Thanks, its a US fissiden same as the one on 2nd pic with male cherry shrimp

----------


## AQMS

> Cool, that exactly what it is. Thanks for ID the plant


Wah!!! tikam-tikam also kena... woohoo... :Laughing: 
Your are most welcome.. :Smile:

----------


## inrewind

Looking forward for the FTS. Good luck!

----------


## cephelix

Very nice pictures and your flora and fauna look really healthy.any idea why the rules state that you cannot post the fts??

----------


## Shadow

ADA wanted to have an exclusive right to show the top rank tank for the first time during the NA party at Tokyo.

----------


## cephelix

Ooo.thanks for that shadow....

----------


## absb

Good luck !


As Above So Below

----------


## Ingen

It's going to be a one month wait!

----------


## Xiaozhuang

Always a pleasure to look at your scapes~ Good luck~

----------


## Shadow

> Ooo.thanks for that shadow....


Your welcome




> Good luck !
> Thanks
> 
> As Above So Below





> It's going to be a one month wait!


No choice I don't want to be disqualify  :Laughing: 




> Always a pleasure to look at your scapes~ Good luck~


Thanks Xiaozhuang

----------


## ck1222

Can't wait to see your FTS. In btw, top rank tank mean the top 27 only or more?

----------


## Shadow

Officially it is apply to all but only top 100 will lost the certificate if they disqualify. The rest don't really matter  :Grin:

----------


## Mrhello88

Wish u the best bro.

----------


## boliaoguy

Wow! Can't wait to see the full tank. I still remember your 2013 tank was an all rocks without any driftwood. This year seems different with both rock and driftwood! 

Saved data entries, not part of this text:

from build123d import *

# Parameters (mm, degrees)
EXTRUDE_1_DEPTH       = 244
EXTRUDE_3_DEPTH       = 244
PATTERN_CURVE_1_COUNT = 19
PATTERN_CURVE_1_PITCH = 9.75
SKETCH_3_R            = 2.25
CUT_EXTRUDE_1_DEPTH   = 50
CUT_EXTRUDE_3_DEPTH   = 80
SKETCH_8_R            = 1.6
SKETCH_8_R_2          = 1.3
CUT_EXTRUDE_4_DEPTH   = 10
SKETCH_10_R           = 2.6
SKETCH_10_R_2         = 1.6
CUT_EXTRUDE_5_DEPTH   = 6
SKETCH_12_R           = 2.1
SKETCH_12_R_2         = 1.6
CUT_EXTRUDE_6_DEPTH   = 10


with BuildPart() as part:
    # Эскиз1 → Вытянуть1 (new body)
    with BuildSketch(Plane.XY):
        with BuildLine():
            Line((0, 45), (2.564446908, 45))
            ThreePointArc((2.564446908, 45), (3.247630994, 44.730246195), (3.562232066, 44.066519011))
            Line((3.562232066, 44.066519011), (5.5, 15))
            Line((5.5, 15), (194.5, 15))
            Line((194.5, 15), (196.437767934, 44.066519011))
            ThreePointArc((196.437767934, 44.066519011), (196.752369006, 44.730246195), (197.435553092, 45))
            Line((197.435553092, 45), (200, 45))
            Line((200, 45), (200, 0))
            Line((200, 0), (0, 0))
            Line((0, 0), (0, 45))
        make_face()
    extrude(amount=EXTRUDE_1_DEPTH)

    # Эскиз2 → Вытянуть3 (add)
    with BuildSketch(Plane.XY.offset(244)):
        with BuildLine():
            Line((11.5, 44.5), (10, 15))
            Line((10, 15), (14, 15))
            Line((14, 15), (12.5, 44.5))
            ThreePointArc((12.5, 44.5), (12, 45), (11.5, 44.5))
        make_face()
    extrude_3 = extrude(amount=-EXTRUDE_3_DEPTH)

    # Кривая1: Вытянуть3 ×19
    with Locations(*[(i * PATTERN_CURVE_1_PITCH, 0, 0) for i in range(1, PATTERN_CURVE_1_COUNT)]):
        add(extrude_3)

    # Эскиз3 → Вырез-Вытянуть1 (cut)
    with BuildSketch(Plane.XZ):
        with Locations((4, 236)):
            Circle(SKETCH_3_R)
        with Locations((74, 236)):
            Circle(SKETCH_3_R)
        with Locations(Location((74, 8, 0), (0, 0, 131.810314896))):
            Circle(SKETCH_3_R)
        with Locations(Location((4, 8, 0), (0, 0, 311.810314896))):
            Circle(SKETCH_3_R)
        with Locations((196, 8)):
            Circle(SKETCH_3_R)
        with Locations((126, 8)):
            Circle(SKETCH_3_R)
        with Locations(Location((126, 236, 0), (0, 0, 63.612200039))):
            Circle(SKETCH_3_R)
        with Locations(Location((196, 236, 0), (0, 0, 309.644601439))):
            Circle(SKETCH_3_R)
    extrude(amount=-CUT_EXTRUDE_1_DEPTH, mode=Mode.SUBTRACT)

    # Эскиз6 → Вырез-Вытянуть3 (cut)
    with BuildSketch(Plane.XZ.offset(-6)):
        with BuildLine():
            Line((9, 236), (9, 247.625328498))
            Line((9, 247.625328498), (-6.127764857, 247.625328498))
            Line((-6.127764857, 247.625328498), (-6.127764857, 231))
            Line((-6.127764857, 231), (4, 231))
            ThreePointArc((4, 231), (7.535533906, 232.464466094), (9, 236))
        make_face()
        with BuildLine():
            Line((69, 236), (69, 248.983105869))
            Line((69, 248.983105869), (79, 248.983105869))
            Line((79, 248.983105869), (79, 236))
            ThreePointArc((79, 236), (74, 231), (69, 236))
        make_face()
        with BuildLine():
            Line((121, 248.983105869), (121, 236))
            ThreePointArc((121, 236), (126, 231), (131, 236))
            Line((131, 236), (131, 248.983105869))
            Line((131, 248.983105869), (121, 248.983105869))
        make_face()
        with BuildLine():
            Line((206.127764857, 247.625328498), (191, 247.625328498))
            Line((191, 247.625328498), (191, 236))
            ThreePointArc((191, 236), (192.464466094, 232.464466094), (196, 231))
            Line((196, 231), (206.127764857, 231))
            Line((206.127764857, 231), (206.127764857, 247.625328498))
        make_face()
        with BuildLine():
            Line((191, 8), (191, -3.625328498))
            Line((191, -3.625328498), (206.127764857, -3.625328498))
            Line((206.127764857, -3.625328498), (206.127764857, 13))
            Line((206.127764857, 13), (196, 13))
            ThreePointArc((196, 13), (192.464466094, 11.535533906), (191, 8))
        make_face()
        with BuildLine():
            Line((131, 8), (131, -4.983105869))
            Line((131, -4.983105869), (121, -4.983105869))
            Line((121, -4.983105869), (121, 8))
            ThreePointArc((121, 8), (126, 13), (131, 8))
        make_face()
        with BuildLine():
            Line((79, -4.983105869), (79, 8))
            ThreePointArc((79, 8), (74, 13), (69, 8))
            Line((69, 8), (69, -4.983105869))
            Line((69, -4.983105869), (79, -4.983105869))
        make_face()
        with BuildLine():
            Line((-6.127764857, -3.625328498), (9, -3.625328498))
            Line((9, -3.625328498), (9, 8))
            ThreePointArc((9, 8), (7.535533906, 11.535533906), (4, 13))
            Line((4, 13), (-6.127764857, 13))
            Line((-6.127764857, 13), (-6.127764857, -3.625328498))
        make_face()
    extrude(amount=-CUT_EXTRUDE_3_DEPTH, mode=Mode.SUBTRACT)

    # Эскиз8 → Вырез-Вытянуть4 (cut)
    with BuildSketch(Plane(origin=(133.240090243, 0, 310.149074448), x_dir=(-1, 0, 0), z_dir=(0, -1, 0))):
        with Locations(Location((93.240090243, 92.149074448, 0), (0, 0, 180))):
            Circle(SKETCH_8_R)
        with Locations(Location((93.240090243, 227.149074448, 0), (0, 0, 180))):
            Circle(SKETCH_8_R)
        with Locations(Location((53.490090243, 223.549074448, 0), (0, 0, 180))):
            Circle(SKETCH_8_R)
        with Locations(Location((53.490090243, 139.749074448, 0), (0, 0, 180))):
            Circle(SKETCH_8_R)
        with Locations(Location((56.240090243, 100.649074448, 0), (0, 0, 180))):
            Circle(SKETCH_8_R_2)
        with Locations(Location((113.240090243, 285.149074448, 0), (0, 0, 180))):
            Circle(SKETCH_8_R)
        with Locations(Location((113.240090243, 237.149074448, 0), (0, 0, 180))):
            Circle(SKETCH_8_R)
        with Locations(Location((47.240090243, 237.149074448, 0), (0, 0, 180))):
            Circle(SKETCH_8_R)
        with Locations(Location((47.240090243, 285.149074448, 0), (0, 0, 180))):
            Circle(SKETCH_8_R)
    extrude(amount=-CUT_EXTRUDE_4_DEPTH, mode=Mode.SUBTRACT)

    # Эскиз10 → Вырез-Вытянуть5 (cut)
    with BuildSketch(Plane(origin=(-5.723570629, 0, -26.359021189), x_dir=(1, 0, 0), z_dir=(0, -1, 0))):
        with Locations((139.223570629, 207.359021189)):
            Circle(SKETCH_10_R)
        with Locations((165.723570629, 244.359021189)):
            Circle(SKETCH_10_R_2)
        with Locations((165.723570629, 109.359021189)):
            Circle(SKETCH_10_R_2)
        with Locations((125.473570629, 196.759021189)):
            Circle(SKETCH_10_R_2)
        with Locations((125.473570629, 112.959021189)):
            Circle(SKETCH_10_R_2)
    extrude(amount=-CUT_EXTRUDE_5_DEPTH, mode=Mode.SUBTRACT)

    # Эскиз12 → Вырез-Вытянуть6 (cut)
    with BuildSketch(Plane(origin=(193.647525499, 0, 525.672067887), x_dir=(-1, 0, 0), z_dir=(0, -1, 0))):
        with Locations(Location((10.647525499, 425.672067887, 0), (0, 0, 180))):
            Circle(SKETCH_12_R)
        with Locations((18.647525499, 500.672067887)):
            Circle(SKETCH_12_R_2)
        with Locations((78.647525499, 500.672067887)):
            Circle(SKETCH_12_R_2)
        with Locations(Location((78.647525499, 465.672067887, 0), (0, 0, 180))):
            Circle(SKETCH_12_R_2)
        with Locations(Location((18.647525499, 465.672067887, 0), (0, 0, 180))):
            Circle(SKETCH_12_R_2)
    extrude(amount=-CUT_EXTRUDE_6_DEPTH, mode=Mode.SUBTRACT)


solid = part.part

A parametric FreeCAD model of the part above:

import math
import FreeCAD as App
import Part
import Sketcher
Q = App.Units.Quantity

doc = App.newDocument("Part")
body = doc.addObject("PartDesign::Body", "Body")

# Sketch on XY plane
sketch1 = body.newObject("Sketcher::SketchObject", "Sketch")
sketch1.AttachmentSupport = (doc.getObject("XY_Plane"), [""])
sketch1.MapMode = "FlatFace"
sketch1.addGeometry([
    Part.LineSegment(App.Vector(2.564447, 45, 0), App.Vector(0, 45, 0)),  # 0
    Part.LineSegment(App.Vector(0, 45, 0), App.Vector(0, 0, 0)),  # 1
    Part.LineSegment(App.Vector(0, 0, 0), App.Vector(200, 0, 0)),  # 2
    Part.LineSegment(App.Vector(200, 0, 0), App.Vector(200, 45, 0)),  # 3
    Part.LineSegment(App.Vector(200, 45, 0), App.Vector(197.435553, 45, 0)),  # 4
    Part.ArcOfCircle(Part.Circle(App.Vector(197.435553, 44, 0), App.Vector(0, 0, 1), 1), math.radians(90), math.radians(176.185925)),  # 5
    Part.LineSegment(App.Vector(196.437768, 44.066519, 0), App.Vector(194.5, 15, 0)),  # 6
    Part.LineSegment(App.Vector(194.5, 15, 0), App.Vector(5.5, 15, 0)),  # 7
    Part.LineSegment(App.Vector(5.5, 15, 0), App.Vector(3.562232, 44.066519, 0)),  # 8
    Part.ArcOfCircle(Part.Circle(App.Vector(2.564447, 44, 0), App.Vector(0, 0, 1), 1), math.radians(3.814075), math.radians(90)),  # 9
], False)
sketch1.addConstraint([
    Sketcher.Constraint("Coincident", 0, 2, 1, 1),
    Sketcher.Constraint("Coincident", 1, 2, 2, 1),
    Sketcher.Constraint("Coincident", 2, 2, 3, 1),
    Sketcher.Constraint("Coincident", 3, 2, 4, 1),
    Sketcher.Constraint("Tangent", 4, 2, 5, 1),
    Sketcher.Constraint("Tangent", 5, 2, 6, 1),
    Sketcher.Constraint("Coincident", 6, 2, 7, 1),
    Sketcher.Constraint("Coincident", 7, 2, 8, 1),
    Sketcher.Constraint("Tangent", 8, 2, 9, 1),
    Sketcher.Constraint("Tangent", 9, 2, 0, 1),
    Sketcher.Constraint("Horizontal", 0),
    Sketcher.Constraint("Vertical", 1),
    Sketcher.Constraint("Horizontal", 2),
    Sketcher.Constraint("Vertical", 3),
    Sketcher.Constraint("Horizontal", 4),
    Sketcher.Constraint("Horizontal", 7),
    Sketcher.Constraint("Coincident", 1, 2, -1, 1),
    Sketcher.Constraint("Equal", 5, 9),
    Sketcher.Constraint("Horizontal", 5, 3, 9, 3),
    Sketcher.Constraint("Horizontal", 5, 2, 8, 2),
    Sketcher.Constraint("Equal", 0, 4),
    Sketcher.Constraint("Radius", 5, Q("1 mm")),
    Sketcher.Constraint("DistanceX", 2, 1, 2, 2, Q("200 mm")),
    Sketcher.Constraint("DistanceX", 7, 2, 7, 1, Q("189 mm")),
    Sketcher.Constraint("DistanceY", 1, 2, 1, 1, Q("45 mm")),
    Sketcher.Constraint("DistanceY", -1, 1, 6, 2, Q("15 mm")),
    Sketcher.Constraint("Distance", 6, Q("29.13104 mm")),
])
pad1 = body.newObject("PartDesign::Pad", "Pad")
pad1.Profile = sketch1
pad1.Length = 244

# Sketch on XY plane
sketch2 = body.newObject("Sketcher::SketchObject", "Sketch001")
sketch2.AttachmentSupport = (doc.getObject("XY_Plane"), [""])
sketch2.MapMode = "FlatFace"
sketch2.AttachmentOffset = App.Placement(App.Vector(0, 0, 244), App.Rotation())
sketch2.addGeometry([
    Part.LineSegment(App.Vector(11.5, 44.5, 0), App.Vector(10, 15, 0)),
    Part.LineSegment(App.Vector(10, 15, 0), App.Vector(14, 15, 0)),
    Part.LineSegment(App.Vector(14, 15, 0), App.Vector(12.5, 44.5, 0)),
    Part.ArcOfCircle(Part.Circle(App.Vector(12, 44.5, 0), App.Vector(0, 0, 1), 0.5), math.radians(0), math.radians(180)),
], False)
sketch2.addConstraint([
    Sketcher.Constraint("Coincident", 0, 2, 1, 1),
    Sketcher.Constraint("Coincident", 1, 2, 2, 1),
    Sketcher.Constraint("Coincident", 2, 2, 3, 1),
    Sketcher.Constraint("Coincident", 3, 2, 0, 1),
    Sketcher.Constraint("Horizontal", 1),
    Sketcher.Constraint("Horizontal", 3, 3, 2, 2),
    Sketcher.Constraint("Horizontal", 2, 2, 3, 2),
    Sketcher.Constraint("Equal", 0, 2),
    Sketcher.Constraint("Radius", 3, Q("0.5 mm")),
    Sketcher.Constraint("DistanceX", 1, 1, 1, 2, Q("4 mm")),
    Sketcher.Constraint("DistanceX", -1, 1, 3, 3, Q("12 mm")),
    Sketcher.Constraint("DistanceY", -1, 1, 0, 2, Q("15 mm")),
    Sketcher.Constraint("DistanceY", -1, 1, 3, 3, Q("44.5 mm")),
])
pad2 = body.newObject("PartDesign::Pad", "Pad001")
pad2.Profile = sketch2
pad2.Length = 244
pad2.Reversed = True
doc.recompute()

linearpattern = body.newObject("PartDesign::LinearPattern", "LinearPattern")
linearpattern.Originals = [pad2]
linearpattern.Direction = (doc.getObject("X_Axis"), [""])
linearpattern.Mode = "offset"
linearpattern.Offset = 9.75
linearpattern.Occurrences = 19
body.Tip = linearpattern

# Sketch on XZ plane
sketch3 = body.newObject("Sketcher::SketchObject", "Sketch002")
sketch3.AttachmentSupport = (doc.getObject("XZ_Plane"), [""])
sketch3.MapMode = "FlatFace"
sketch3.addGeometry([
    Part.Circle(App.Vector(4, 236, 0), App.Vector(0, 0, 1), 2.25),  # 0
    Part.Circle(App.Vector(74, 236, 0), App.Vector(0, 0, 1), 2.25),  # 1
    Part.Circle(App.Vector(74, 8, 0), App.Vector(0, 0, 1), 2.25),  # 2
    Part.Circle(App.Vector(4, 8, 0), App.Vector(0, 0, 1), 2.25),  # 3
    Part.Circle(App.Vector(196, 8, 0), App.Vector(0, 0, 1), 2.25),  # 4
    Part.Circle(App.Vector(126, 8, 0), App.Vector(0, 0, 1), 2.25),  # 5
    Part.Circle(App.Vector(126, 236, 0), App.Vector(0, 0, 1), 2.25),  # 6
    Part.Circle(App.Vector(196, 236, 0), App.Vector(0, 0, 1), 2.25),  # 7
], False)
sketch3.addConstraint([
    Sketcher.Constraint("Equal", 0, 1),
    Sketcher.Constraint("Equal", 1, 2),
    Sketcher.Constraint("Equal", 2, 3),
    Sketcher.Constraint("Equal", 3, 4),
    Sketcher.Constraint("Equal", 4, 5),
    Sketcher.Constraint("Equal", 5, 6),
    Sketcher.Constraint("Equal", 6, 7),
    Sketcher.Constraint("Horizontal", 0, 3, 1, 3),
    Sketcher.Constraint("Horizontal", 2, 3, 3, 3),
    Sketcher.Constraint("Horizontal", 3, 3, 4, 3),
    Sketcher.Constraint("Horizontal", 4, 3, 5, 3),
    Sketcher.Constraint("Horizontal", 1, 3, 6, 3),
    Sketcher.Constraint("Horizontal", 6, 3, 7, 3),
    Sketcher.Constraint("Vertical", 1, 3, 2, 3),
    Sketcher.Constraint("Vertical", 0, 3, 3, 3),
    Sketcher.Constraint("Vertical", 5, 3, 6, 3),
    Sketcher.Constraint("Vertical", 4, 3, 7, 3),
    Sketcher.Constraint("Diameter", 0, Q("4.5 mm")),
    Sketcher.Constraint("DistanceX", -1, 1, 0, 3, Q("4 mm")),
    Sketcher.Constraint("DistanceY", -1, 1, 0, 3, Q("236 mm")),
    Sketcher.Constraint("DistanceX", -1, 1, 1, 3, Q("74 mm")),
    Sketcher.Constraint("DistanceY", -1, 1, 2, 3, Q("8 mm")),
    Sketcher.Constraint("DistanceX", -1, 1, 4, 3, Q("196 mm")),
    Sketcher.Constraint("DistanceX", -1, 1, 5, 3, Q("126 mm")),
])
pocket1 = body.newObject("PartDesign::Pocket", "Pocket")
pocket1.Profile = sketch3
pocket1.Length = 50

And yes, i remember last year someone (from Thailand?) was disqualified as they posted their full tank photo to the public. Not only that, the photos were published by local magazine ever before ADA has got a chance to publish theirs... What a pity...  :Sad:

----------


## HeMan

Hi shadow, you got 16th position in the contest. Congrats

----------


## Goalkeeper

Can't wait to see picture of full tank.

----------


## Shadow

soon less than 2 weeks  :Laughing:

----------


## absb

Congrats for Honor Prize16th place !!!!!!!!!ImageUploadedByTapatalk1414300102.965061.jpg


As Above So Below

----------


## reeshee

Congratulations! Photos pls!

----------


## Goalkeeper

Congrats...look forward to pictures!

----------


## Shadow

Here the front tank photo

----------


## crazyhanz

Awesome looking tank! Care to share the specifications for the scape?

----------


## Ingen

Amazing as always! How do you keep those sands so clean?

----------


## jiajuen900

Amazing scape. How do you get the waterfall effect at the end?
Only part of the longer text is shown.